Downing Street Could Ease IPO Rules
Fast-growing technology companies would be allowed to float as little as 10 per cent of their business on the London Stock Exchange under proposals being weighed up by Downing Street.
Senior figures in the government have given their backing to the proposals which would ease for the technology sector the current requirement that at least 25 per cent of the shares of a listed company be freely tradeable.
The government is keen to avoid losing technology IPOs (explain this) to the US after a drought of such deals in the UK. There have been no technology IPOs on London’s main market since early 2010.
Officials are looking for inspiration to the US JumpStart our Business StartUps (Jobs) Act passed earlier this year, which cut the so-called minimum free float requirement for tradeable shares.
However, any similar move is likely to attract opposition from many institutional investors.
Groups as the Association of British Insurers and the National Association of Pension Funds believe small free-floats can lead to increased volatility in a company’s shares by reducing trading liquidity and make controlling shareholders too dominant at the expense of minority investors.

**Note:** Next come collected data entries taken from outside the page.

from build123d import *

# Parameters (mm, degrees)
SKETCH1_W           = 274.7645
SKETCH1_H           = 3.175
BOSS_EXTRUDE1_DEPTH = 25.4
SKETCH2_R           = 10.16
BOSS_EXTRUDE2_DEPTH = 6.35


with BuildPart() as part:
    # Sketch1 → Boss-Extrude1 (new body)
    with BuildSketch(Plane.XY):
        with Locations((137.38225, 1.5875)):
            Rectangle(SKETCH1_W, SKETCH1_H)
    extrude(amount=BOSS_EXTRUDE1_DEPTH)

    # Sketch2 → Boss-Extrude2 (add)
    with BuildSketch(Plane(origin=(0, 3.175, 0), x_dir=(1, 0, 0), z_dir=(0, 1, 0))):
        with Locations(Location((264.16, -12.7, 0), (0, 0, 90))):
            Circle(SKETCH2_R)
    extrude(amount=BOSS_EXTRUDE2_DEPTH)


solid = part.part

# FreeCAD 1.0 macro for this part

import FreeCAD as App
import Part
import Sketcher

V = App.Vector
Q = App.Units.Quantity


def add_polygon(sketch, points):
    """Adds a closed chain of lines whose ends are joined by coincident constraints."""
    first, n = sketch.GeometryCount, len(points)
    for a, b in zip(points, points[1:] + points[:1]):
        sketch.addGeometry(Part.LineSegment(App.Vector(*a, 0), App.Vector(*b, 0)), False)
    for i in range(n):
        sketch.addConstraint(Sketcher.Constraint("Coincident", first + i, 2, first + (i + 1) % n, 1))

doc = App.newDocument("Part")
body = doc.addObject("PartDesign::Body", "Body")

sketch1 = doc.addObject("Sketcher::SketchObject", "Sketch")
body.addObject(sketch1)
sketch1.AttachmentSupport = (doc.XY_Plane, [""])
sketch1.MapMode = "FlatFace"
add_polygon(sketch1, [(0, 3.2), (0, 0), (274.8, 0), (274.8, 3.2)])
sketch1.addConstraint(Sketcher.Constraint("Vertical", 0))
sketch1.addConstraint(Sketcher.Constraint("Horizontal", 1))
sketch1.addConstraint(Sketcher.Constraint("Vertical", 2))
sketch1.addConstraint(Sketcher.Constraint("Horizontal", 3))
sketch1.addConstraint(Sketcher.Constraint("Coincident", 0, 2, -1, 1))
sketch1.addConstraint(Sketcher.Constraint("DistanceY", 0, 2, 0, 1, Q("0.125 in")))
sketch1.addConstraint(Sketcher.Constraint("DistanceX", 1, 1, 1, 2, Q("10.8175 in")))
pad1 = doc.addObject("PartDesign::Pad", "Pad")
body.addObject(pad1)
pad1.Profile = sketch1
pad1.Length = Q("1 in")

sketch2 = doc.addObject("Sketcher::SketchObject", "Sketch001")
body.addObject(sketch2)
sketch2.AttachmentSupport = (doc.XZ_Plane, [""])
sketch2.MapMode = "FlatFace"
sketch2.AttachmentOffset = App.Placement(V(0, 0, -0.125 * 25.4), App.Rotation())
sketch2.addGeometry(Part.Circle(V(264, 13, 0), V(0, 0, 1), 10), False)
sketch2.addConstraint(Sketcher.Constraint("Diameter", 0, Q("0.8 in")))
sketch2.addConstraint(Sketcher.Constraint("DistanceX", -1, 1, 0, 3, Q("10.4 in")))
sketch2.addConstraint(Sketcher.Constraint("DistanceY", -1, 1, 0, 3, Q("0.5 in")))
pad2 = doc.addObject("PartDesign::Pad", "Pad001")
body.addObject(pad2)
pad2.Profile = sketch2
pad2.Length = Q("0.25 in")
pad2.Reversed = True

doc.recompute()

The FSA (Financial Services Authority) closed a consultation on IPOs earlier this year and is poised to announce its conclusions within weeks. A Downing Street official said that the proposals to cut the listing requirement were being examined separately but could be “wrapped into the process” subsequently.

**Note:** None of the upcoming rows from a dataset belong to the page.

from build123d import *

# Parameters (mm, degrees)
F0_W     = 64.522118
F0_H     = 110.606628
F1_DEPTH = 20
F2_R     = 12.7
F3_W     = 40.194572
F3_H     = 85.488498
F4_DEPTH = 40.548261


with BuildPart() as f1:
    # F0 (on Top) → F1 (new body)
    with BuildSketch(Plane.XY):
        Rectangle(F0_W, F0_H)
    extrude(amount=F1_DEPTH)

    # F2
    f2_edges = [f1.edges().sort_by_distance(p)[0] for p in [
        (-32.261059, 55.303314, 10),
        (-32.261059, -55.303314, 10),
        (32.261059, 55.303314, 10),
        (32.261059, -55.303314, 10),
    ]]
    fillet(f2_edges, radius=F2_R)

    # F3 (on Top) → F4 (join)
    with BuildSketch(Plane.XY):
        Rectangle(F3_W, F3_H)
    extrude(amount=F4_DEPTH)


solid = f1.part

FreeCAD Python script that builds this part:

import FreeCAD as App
import Part
import Sketcher
from FreeCAD import Vector
Q = App.Units.Quantity


def edges_at(feature, points):
    """Names of the edges that pass closest to the given points."""
    edges = feature.Shape.Edges
    near = lambda p: min(range(len(edges)), key=lambda i: edges[i].distToShape(Part.Vertex(*p))[0])
    return sorted({f"Edge{near(p) + 1}" for p in points})

doc = App.newDocument("Part")
params = doc.addObject("Spreadsheet::Sheet", "Params")
for row, (alias, value) in enumerate([
    ("pad1_length", "20 mm"),
    ("fillet_radius", "12.7 mm"),
    ("pad2_length", "40.548261 mm"),
], start=1):
    params.set(f"A{row}", alias)
    params.set(f"B{row}", "=" + value)
    params.setAlias(f"B{row}", alias)

body = doc.addObject("PartDesign::Body", "Body")

# Sketch on XY plane
sketch1 = body.newObject("Sketcher::SketchObject", "Sketch")
sketch1.AttachmentSupport = (doc.getObject("XY_Plane"), [""])
sketch1.MapMode = "FlatFace"
sketch1.addGeometry(Part.LineSegment(Vector(-32, 55, 0), Vector(-32, -55, 0)), False)
sketch1.addGeometry(Part.LineSegment(Vector(-32, -55, 0), Vector(32, -55, 0)), False)
sketch1.addGeometry(Part.LineSegment(Vector(32, -55, 0), Vector(32, 55, 0)), False)
sketch1.addGeometry(Part.LineSegment(Vector(32, 55, 0), Vector(-32, 55, 0)), False)
sketch1.addConstraint(Sketcher.Constraint("Coincident", 0, 2, 1, 1))
sketch1.addConstraint(Sketcher.Constraint("Coincident", 1, 2, 2, 1))
sketch1.addConstraint(Sketcher.Constraint("Coincident", 2, 2, 3, 1))
sketch1.addConstraint(Sketcher.Constraint("Coincident", 3, 2, 0, 1))
sketch1.addConstraint(Sketcher.Constraint("Vertical", 0))
sketch1.addConstraint(Sketcher.Constraint("Horizontal", 1))
sketch1.addConstraint(Sketcher.Constraint("Vertical", 2))
sketch1.addConstraint(Sketcher.Constraint("Horizontal", 3))
sketch1.addConstraint(Sketcher.Constraint("Symmetric", 0, 2, 2, 2, -1, 1))
sketch1.addConstraint(Sketcher.Constraint("DistanceX", 1, 1, 1, 2, Q("64.522118 mm")))
sketch1.addConstraint(Sketcher.Constraint("DistanceY", 0, 2, 0, 1, Q("110.606628 mm")))
pad1 = body.newObject("PartDesign::Pad", "Pad")
pad1.Profile = sketch1
pad1.setExpression("Length", "Params.pad1_length")
doc.recompute()

fillet = body.newObject("PartDesign::Fillet", "Fillet")
fillet.Base = (pad1, edges_at(pad1, [
    (-32.261, 55.303, 10),
    (-32.261, -55.303, 10),
    (32.261, 55.303, 10),
    (32.261, -55.303, 10),
]))
fillet.setExpression("Radius", "Params.fillet_radius")

# Sketch on XY plane
sketch2 = body.newObject("Sketcher::SketchObject", "Sketch001")
sketch2.AttachmentSupport = (doc.getObject("XY_Plane"), [""])
sketch2.MapMode = "FlatFace"
sketch2.addGeometry(Part.LineSegment(Vector(-20, 43, 0), Vector(-20, -43, 0)), False)
sketch2.addGeometry(Part.LineSegment(Vector(-20, -43, 0), Vector(20, -43, 0)), False)
sketch2.addGeometry(Part.LineSegment(Vector(20, -43, 0), Vector(20, 43, 0)), False)
sketch2.addGeometry(Part.LineSegment(Vector(20, 43, 0), Vector(-20, 43, 0)), False)
sketch2.addConstraint(Sketcher.Constraint("Coincident", 0, 2, 1, 1))
sketch2.addConstraint(Sketcher.Constraint("Coincident", 1, 2, 2, 1))
sketch2.addConstraint(Sketcher.Constraint("Coincident", 2, 2, 3, 1))
sketch2.addConstraint(Sketcher.Constraint("Coincident", 3, 2, 0, 1))
sketch2.addConstraint(Sketcher.Constraint("Vertical", 0))
sketch2.addConstraint(Sketcher.Constraint("Horizontal", 1))
sketch2.addConstraint(Sketcher.Constraint("Vertical", 2))
sketch2.addConstraint(Sketcher.Constraint("Horizontal", 3))
sketch2.addConstraint(Sketcher.Constraint("Symmetric", 0, 2, 2, 2, -1, 1))
sketch2.addConstraint(Sketcher.Constraint("DistanceY", 0, 2, 0, 1, Q("85.488498 mm")))
sketch2.addConstraint(Sketcher.Constraint("DistanceX", 1, 1, 1, 2, Q("40.194572 mm")))
pad2 = body.newObject("PartDesign::Pad", "Pad001")
pad2.Profile = sketch2
pad2.setExpression("Length", "Params.pad2_length")

doc.recompute()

However, the proposals could face hurdles as the current requirement was set up as a result of EU guidelines, although some flexibility has been allowed in the past.

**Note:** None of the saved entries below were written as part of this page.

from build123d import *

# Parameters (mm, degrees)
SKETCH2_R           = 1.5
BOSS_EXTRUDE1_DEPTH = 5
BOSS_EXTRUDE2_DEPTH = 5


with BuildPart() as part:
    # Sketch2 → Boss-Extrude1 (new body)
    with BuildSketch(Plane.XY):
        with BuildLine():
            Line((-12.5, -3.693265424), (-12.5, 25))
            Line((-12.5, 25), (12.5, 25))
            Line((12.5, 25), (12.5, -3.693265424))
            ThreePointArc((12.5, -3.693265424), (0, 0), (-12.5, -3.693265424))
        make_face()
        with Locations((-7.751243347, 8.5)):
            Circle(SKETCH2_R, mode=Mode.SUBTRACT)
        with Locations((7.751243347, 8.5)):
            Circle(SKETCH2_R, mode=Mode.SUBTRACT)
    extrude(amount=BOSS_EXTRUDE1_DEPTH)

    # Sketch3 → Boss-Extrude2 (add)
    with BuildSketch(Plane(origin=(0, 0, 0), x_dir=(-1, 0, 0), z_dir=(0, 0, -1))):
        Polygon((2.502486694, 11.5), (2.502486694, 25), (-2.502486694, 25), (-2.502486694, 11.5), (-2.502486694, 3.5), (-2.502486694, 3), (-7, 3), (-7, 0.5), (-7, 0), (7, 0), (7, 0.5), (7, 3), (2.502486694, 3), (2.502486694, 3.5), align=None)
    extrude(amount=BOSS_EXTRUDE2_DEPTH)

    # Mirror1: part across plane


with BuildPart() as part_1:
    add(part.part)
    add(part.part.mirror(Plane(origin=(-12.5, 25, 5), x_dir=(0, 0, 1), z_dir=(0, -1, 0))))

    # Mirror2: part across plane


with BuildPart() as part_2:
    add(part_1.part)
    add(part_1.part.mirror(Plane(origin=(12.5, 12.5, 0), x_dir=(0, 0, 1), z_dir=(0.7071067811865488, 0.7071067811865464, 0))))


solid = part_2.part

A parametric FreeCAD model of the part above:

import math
import FreeCAD as App
import Part
import Sketcher
from FreeCAD import Vector
Q = App.Units.Quantity


def add_polygon(sketch, points):
    """Adds a closed chain of lines whose ends are joined by coincident constraints."""
    first, n = sketch.GeometryCount, len(points)
    for a, b in zip(points, points[1:] + points[:1]):
        sketch.addGeometry(Part.LineSegment(App.Vector(*a, 0), App.Vector(*b, 0)), False)
    for i in range(n):
        sketch.addConstraint(Sketcher.Constraint("Coincident", first + i, 2, first + (i + 1) % n, 1))

doc = App.newDocument("Part")
params = doc.addObject("Spreadsheet::Sheet", "Params")
for row, (alias, value) in enumerate([
    ("sketch1_diameter", "3 mm"),
    ("sketch1_radius", "23 mm"),
    ("sketch1_width", "25 mm"),
    ("pad1_length", "5 mm"),
    ("sketch2_width", "14 mm"),
    ("sketch2_height", "22 mm"),
    ("sketch2_height2", "3 mm"),
    ("pad2_length", "5 mm"),
], start=1):
    params.set(f"A{row}", alias)
    params.set(f"B{row}", "=" + value)
    params.setAlias(f"B{row}", alias)

body = doc.addObject("PartDesign::Body", "Body")

# Sketch on XY plane
sketch1 = body.newObject("Sketcher::SketchObject", "Sketch")
sketch1.AttachmentSupport = (doc.getObject("XY_Plane"), [""])
sketch1.MapMode = "FlatFace"
sketch1.addGeometry([
    Part.LineSegment(Vector(-12.5, 25, 0), Vector(-12.5, -3.7, 0)),  # 0
    Part.ArcOfCircle(Part.Circle(Vector(0, -23, 0), Vector(0, 0, 1), 23), math.radians(57), math.radians(123)),  # 1
    Part.LineSegment(Vector(12.5, -3.7, 0), Vector(12.5, 25, 0)),  # 2
    Part.LineSegment(Vector(12.5, 25, 0), Vector(-12.5, 25, 0)),  # 3
    Part.Circle(Vector(7.8, 8.5, 0), Vector(0, 0, 1), 1.5),  # 4
    Part.Circle(Vector(-7.8, 8.5, 0), Vector(0, 0, 1), 1.5),  # 5
], False)
sketch1.addConstraint([
    Sketcher.Constraint("Coincident", 0, 2, 1, 2),
    Sketcher.Constraint("Coincident", 1, 1, 2, 1),
    Sketcher.Constraint("Coincident", 2, 2, 3, 1),
    Sketcher.Constraint("Coincident", 3, 2, 0, 1),
    Sketcher.Constraint("Vertical", 0),
    Sketcher.Constraint("Vertical", 2),
    Sketcher.Constraint("Horizontal", 3),
    Sketcher.Constraint("Equal", 4, 5),
    Sketcher.Constraint("Symmetric", 4, 3, 5, 3, -2),
    Sketcher.Constraint("Symmetric", 0, 2, 1, 1, -2),
    Sketcher.Constraint("Diameter", 4, Q("3 mm")),
    Sketcher.Constraint("Radius", 1, Q("23 mm")),
    Sketcher.Constraint("DistanceX", 3, 2, 3, 1, Q("25 mm")),
    Sketcher.Constraint("DistanceY", 1, 3, -1, 1, Q("23 mm")),
    Sketcher.Constraint("DistanceY", -1, 1, 2, 2, Q("25 mm")),
    Sketcher.Constraint("DistanceY", -1, 1, 4, 3, Q("8.5 mm")),
    Sketcher.Constraint("DistanceX", -1, 1, 4, 3, Q("7.751243 mm")),
])
sketch1.setExpression("Constraints[10]", "Params.sketch1_diameter")
sketch1.setExpression("Constraints[11]", "Params.sketch1_radius")
sketch1.setExpression("Constraints[12]", "Params.sketch1_width")
pad1 = body.newObject("PartDesign::Pad", "Pad")
pad1.Profile = sketch1
pad1.setExpression("Length", "Params.pad1_length")

# Sketch on XY plane
sketch2 = body.newObject("Sketcher::SketchObject", "Sketch001")
sketch2.AttachmentSupport = (doc.getObject("XY_Plane"), [""])
sketch2.MapMode = "FlatFace"
add_polygon(sketch2, [(-2.5, 25), (2.5, 25), (2.5, 3), (7, 3), (7, 0), (-7, 0), (-7, 3), (-2.5, 3)])  # lines 0-7
sketch2.addConstraint([
    Sketcher.Constraint("Horizontal", 0),
    Sketcher.Constraint("Vertical", 1),
    Sketcher.Constraint("Horizontal", 2),
    Sketcher.Constraint("Vertical", 3),
    Sketcher.Constraint("Horizontal", 4),
    Sketcher.Constraint("Vertical", 5),
    Sketcher.Constraint("Horizontal", 6),
    Sketcher.Constraint("Vertical", 7),
    Sketcher.Constraint("Symmetric", 3, 2, 4, 2, -1, 1),
    Sketcher.Constraint("Symmetric", 1, 2, 6, 2, -2),
    Sketcher.Constraint("DistanceX", 4, 2, 4, 1, Q("14 mm")),
    Sketcher.Constraint("DistanceY", 1, 2, 1, 1, Q("22 mm")),
    Sketcher.Constraint("DistanceY", 3, 2, 3, 1, Q("3 mm")),
    Sketcher.Constraint("DistanceX", 0, 1, 0, 2, Q("5.004973 mm")),
])
sketch2.setExpression("Constraints[18]", "Params.sketch2_width")
sketch2.setExpression("Constraints[19]", "Params.sketch2_height")
sketch2.setExpression("Constraints[20]", "Params.sketch2_height2")
pad2 = body.newObject("PartDesign::Pad", "Pad001")
pad2.Profile = sketch2
pad2.setExpression("Length", "Params.pad2_length")
pad2.Reversed = True
body2 = doc.addObject("PartDesign::Body", "Body001")
doc.recompute()

body2.BaseFeature = body
doc.recompute()

mirroring = doc.addObject("Part::Mirroring", "Mirroring")
mirroring.Source = body
mirroring.Base = Vector(-12.5, 25, 5)
mirroring.Normal = Vector(0, -1, 0)
body3 = doc.addObject("PartDesign::Body", "Body002")
body3.BaseFeature = mirroring
boolean = body2.newObject("PartDesign::Boolean", "Boolean")
boolean.Type = "Fuse"
boolean.addObjects([body3])
doc.recompute()
body4 = doc.addObject("PartDesign::Body", "Body003")
doc.recompute()

body4.BaseFeature = body2
doc.recompute()

mirroring2 = doc.addObject("Part::Mirroring", "Mirroring001")
mirroring2.Source = body2
mirroring2.Base = Vector(12.5, 12.5, 0)
mirroring2.Normal = Vector(0.707106781, 0.707106781, 0)
body5 = doc.addObject("PartDesign::Body", "Body004")
body5.BaseFeature = mirroring2
boolean2 = body4.newObject("PartDesign::Boolean", "Boolean001")
boolean2.Type = "Fuse"
boolean2.addObjects([body5])
doc.recompute()
mirroring.Visibility = False
mirroring2.Visibility = False

doc.recompute()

The FTSE Group is currently tightening entry rules compelling companies to have a free float of at least 25 per cent for them to be allowed in its main market indices. Those rules came into force in January for new flotations while listed companies have until January 2014 to comply.
Index Ventures, one of the UK’s most successful venture capital companies, has been lobbying for changes to the UK IPO rules with partner Robin Klein calling for the minimum free float requirement on the main market to be dropped to 10 per cent in line with Nasdaq.
There is a growing backlog of UK-based, venture-backed technology companies, such as Just Eat, Wonga, King.com and Moshi Monsters, which are becoming big enough to consider a stock market listing.
Aim, the LSE’s junior market, has no free float requirements but many technology companies would prefer a main market listing.
Many European technology businesses are opting to list on Nasdaq rather than on the LSE. Avast, the Czech Republic-based antivirus software company, for example, considered London but ultimately took the business to Nasdaq.
QlikTech, a Swedish business intelligence company, similarly listed in the US after deciding that a listing closer to home was unattractive. The UK market could be losing companies collectively worth tens of billions of pounds if the trend continues.
MySQL, Skype, Playfish, and Lovefilm are all successful European technology businesses that considered but never managed an IPO before being bought by US rivals.
However, not all technology entrepreneurs support the idea as some believe that it is not the float size that is the problem, but a lack of understanding of technology among UK investors, and a lack of quality companies coming to market.
Much of the debate about minimum listings in recent years has revolved around whether the requirement is currently too low rather than too high.
Concerns about corporate governance, particularly at some overseas mining groups, has touched on whether shareholders have been unable to influence management because they only own a fraction of the company.
In its consultation the FSA recognized the debate, citing stakeholders who were concerned that free float requirements should be used to assure effective governance arrangements. The City watchdog said that the requirements had been introduced to maintain liquidity rather than to control governance issues.
However, the paper said that consideration could be given to enhancing the rights of minority shareholders by letting them veto certain resolutions or even letting minority shareholders determine a company’s governance arrangements.
The FSA refused to comment on Thursday.